■ WHAT NEEDS TO BE DONE ■
Reproduce exactly the lines from the line containing "f 166 90 305" through the end of the records below, including both ends, and nothing else.

■ STUDY MATERIAL ■
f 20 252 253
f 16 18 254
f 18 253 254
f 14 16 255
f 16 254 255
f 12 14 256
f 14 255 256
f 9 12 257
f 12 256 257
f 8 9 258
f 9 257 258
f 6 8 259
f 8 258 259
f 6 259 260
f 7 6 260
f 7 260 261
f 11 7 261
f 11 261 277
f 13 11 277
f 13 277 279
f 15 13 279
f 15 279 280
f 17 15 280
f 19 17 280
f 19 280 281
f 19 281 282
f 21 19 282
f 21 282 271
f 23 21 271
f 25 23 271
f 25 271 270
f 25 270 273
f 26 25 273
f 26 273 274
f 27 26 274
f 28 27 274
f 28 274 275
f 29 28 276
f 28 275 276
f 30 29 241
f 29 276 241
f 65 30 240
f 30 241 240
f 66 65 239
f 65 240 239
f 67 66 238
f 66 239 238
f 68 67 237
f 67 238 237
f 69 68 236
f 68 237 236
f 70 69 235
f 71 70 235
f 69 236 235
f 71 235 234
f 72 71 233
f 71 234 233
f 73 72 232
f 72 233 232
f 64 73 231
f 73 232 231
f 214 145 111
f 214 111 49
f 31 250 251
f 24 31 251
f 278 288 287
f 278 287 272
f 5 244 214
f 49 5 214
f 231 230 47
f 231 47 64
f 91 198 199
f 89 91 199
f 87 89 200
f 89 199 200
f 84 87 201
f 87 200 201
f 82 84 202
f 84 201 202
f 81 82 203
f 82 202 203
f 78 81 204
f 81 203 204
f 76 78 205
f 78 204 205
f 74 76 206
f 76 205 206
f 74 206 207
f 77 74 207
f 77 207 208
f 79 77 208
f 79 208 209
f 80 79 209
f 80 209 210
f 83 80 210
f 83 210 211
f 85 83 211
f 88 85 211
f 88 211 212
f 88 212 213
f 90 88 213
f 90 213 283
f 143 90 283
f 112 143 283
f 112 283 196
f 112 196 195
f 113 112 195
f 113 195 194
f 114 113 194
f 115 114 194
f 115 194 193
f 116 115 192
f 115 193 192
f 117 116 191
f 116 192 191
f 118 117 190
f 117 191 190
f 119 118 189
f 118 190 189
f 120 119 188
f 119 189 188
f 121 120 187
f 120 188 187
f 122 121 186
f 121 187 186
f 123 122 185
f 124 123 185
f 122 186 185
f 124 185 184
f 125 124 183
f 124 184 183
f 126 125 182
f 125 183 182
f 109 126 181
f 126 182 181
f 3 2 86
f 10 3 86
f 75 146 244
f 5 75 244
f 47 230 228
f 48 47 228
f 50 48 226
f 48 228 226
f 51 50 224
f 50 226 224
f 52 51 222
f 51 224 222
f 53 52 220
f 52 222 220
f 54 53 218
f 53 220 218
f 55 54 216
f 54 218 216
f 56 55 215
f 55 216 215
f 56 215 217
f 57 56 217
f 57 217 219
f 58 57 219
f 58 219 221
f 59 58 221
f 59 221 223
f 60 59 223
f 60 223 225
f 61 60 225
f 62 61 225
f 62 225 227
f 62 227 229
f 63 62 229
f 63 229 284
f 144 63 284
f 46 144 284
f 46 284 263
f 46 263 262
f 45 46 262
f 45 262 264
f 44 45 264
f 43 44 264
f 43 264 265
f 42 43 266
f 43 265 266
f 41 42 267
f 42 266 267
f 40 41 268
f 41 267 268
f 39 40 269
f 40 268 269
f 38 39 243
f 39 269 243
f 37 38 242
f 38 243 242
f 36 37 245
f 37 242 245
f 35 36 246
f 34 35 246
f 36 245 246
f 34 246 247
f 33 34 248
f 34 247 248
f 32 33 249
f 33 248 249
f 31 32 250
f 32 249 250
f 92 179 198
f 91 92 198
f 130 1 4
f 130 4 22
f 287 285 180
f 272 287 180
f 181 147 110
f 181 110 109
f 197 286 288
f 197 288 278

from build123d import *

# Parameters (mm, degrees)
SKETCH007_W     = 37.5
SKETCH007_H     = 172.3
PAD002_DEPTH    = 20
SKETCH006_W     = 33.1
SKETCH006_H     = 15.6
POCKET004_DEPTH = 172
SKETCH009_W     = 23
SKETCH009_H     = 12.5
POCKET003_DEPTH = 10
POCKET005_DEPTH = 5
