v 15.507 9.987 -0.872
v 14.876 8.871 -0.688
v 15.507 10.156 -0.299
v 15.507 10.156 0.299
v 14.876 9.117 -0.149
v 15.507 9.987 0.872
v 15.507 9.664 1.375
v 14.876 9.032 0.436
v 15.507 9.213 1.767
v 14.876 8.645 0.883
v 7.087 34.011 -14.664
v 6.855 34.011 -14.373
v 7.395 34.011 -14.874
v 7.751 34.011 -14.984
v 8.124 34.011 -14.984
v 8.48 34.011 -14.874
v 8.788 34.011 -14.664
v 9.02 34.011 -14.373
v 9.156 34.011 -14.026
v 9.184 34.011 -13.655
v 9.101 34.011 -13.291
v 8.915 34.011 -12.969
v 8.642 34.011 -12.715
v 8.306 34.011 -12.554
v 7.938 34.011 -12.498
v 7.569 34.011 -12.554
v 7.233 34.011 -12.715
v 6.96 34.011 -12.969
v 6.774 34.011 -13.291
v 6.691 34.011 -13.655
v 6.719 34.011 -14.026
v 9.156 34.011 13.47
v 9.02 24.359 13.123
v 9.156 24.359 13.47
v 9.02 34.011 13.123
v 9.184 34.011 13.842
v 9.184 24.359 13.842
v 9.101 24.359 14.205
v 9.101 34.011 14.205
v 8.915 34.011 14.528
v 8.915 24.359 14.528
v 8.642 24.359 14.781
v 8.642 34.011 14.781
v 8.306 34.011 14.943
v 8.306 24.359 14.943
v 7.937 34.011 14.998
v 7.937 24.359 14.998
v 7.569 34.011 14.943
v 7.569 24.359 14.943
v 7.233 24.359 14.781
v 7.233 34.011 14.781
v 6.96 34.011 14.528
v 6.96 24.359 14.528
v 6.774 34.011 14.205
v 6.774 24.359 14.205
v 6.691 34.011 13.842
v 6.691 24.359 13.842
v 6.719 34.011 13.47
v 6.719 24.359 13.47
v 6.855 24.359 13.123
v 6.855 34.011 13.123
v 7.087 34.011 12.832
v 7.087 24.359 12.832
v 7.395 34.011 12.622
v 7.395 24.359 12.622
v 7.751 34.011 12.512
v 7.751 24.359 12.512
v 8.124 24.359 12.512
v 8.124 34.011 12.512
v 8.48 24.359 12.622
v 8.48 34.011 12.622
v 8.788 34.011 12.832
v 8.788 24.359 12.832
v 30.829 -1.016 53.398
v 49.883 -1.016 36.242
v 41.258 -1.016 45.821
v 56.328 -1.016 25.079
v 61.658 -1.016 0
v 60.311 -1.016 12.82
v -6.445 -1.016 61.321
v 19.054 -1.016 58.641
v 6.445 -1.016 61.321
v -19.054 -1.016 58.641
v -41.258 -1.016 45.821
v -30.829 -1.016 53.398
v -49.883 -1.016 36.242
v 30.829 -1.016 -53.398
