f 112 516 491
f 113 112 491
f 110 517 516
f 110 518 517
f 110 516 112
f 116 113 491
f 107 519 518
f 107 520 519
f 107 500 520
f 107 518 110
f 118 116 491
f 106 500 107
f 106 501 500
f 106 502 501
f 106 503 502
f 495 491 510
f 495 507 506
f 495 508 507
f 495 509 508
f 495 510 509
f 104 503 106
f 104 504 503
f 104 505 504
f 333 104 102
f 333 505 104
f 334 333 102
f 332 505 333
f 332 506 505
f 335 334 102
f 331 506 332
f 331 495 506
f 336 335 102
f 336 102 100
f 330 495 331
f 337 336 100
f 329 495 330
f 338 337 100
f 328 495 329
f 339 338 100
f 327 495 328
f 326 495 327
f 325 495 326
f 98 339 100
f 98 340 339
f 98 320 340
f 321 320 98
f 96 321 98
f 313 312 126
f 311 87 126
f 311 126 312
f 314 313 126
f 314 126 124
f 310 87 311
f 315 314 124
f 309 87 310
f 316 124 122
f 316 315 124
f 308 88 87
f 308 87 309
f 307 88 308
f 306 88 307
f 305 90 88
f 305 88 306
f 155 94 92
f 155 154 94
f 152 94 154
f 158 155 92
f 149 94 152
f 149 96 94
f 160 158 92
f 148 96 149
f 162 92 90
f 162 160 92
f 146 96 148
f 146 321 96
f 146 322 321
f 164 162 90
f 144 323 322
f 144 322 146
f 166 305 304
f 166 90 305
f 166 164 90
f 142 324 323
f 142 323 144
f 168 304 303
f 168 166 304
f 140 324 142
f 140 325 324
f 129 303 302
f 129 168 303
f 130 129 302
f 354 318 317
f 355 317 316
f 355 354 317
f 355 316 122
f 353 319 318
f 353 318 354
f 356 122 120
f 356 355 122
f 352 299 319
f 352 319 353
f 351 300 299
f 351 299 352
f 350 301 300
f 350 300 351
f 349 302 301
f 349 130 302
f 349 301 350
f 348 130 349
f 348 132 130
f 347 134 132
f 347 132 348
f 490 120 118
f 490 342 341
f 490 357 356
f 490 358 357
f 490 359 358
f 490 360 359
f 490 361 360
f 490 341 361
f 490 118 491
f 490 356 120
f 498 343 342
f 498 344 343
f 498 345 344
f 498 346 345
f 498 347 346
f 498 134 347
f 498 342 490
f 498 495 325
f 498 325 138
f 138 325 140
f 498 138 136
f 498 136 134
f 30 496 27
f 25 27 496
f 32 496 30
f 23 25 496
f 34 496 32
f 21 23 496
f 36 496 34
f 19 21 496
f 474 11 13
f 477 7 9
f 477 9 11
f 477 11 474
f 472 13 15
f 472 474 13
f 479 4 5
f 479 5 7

■ EXERCISE RESULT ■
f 166 90 305
f 166 164 90
f 142 324 323
f 142 323 144
f 168 304 303
f 168 166 304
f 140 324 142
f 140 325 324
f 129 303 302
f 129 168 303
f 130 129 302
f 354 318 317
f 355 317 316
f 355 354 317
f 355 316 122
f 353 319 318
f 353 318 354
f 356 122 120
f 356 355 122
f 352 299 319
f 352 319 353
f 351 300 299
f 351 299 352
f 350 301 300
f 350 300 351
f 349 302 301
f 349 130 302
f 349 301 350
f 348 130 349
f 348 132 130
f 347 134 132
f 347 132 348
f 490 120 118
f 490 342 341
f 490 357 356
f 490 358 357
f 490 359 358
f 490 360 359
f 490 361 360
f 490 341 361
f 490 118 491
f 490 356 120
f 498 343 342
f 498 344 343
f 498 345 344
f 498 346 345
f 498 347 346
f 498 134 347
f 498 342 490
f 498 495 325
f 498 325 138
f 138 325 140
f 498 138 136
f 498 136 134
f 30 496 27
f 25 27 496
f 32 496 30
f 23 25 496
f 34 496 32
f 21 23 496
f 36 496 34
f 19 21 496
f 474 11 13
f 477 7 9
f 477 9 11
f 477 11 474
f 472 13 15
f 472 474 13
f 479 4 5
f 479 5 7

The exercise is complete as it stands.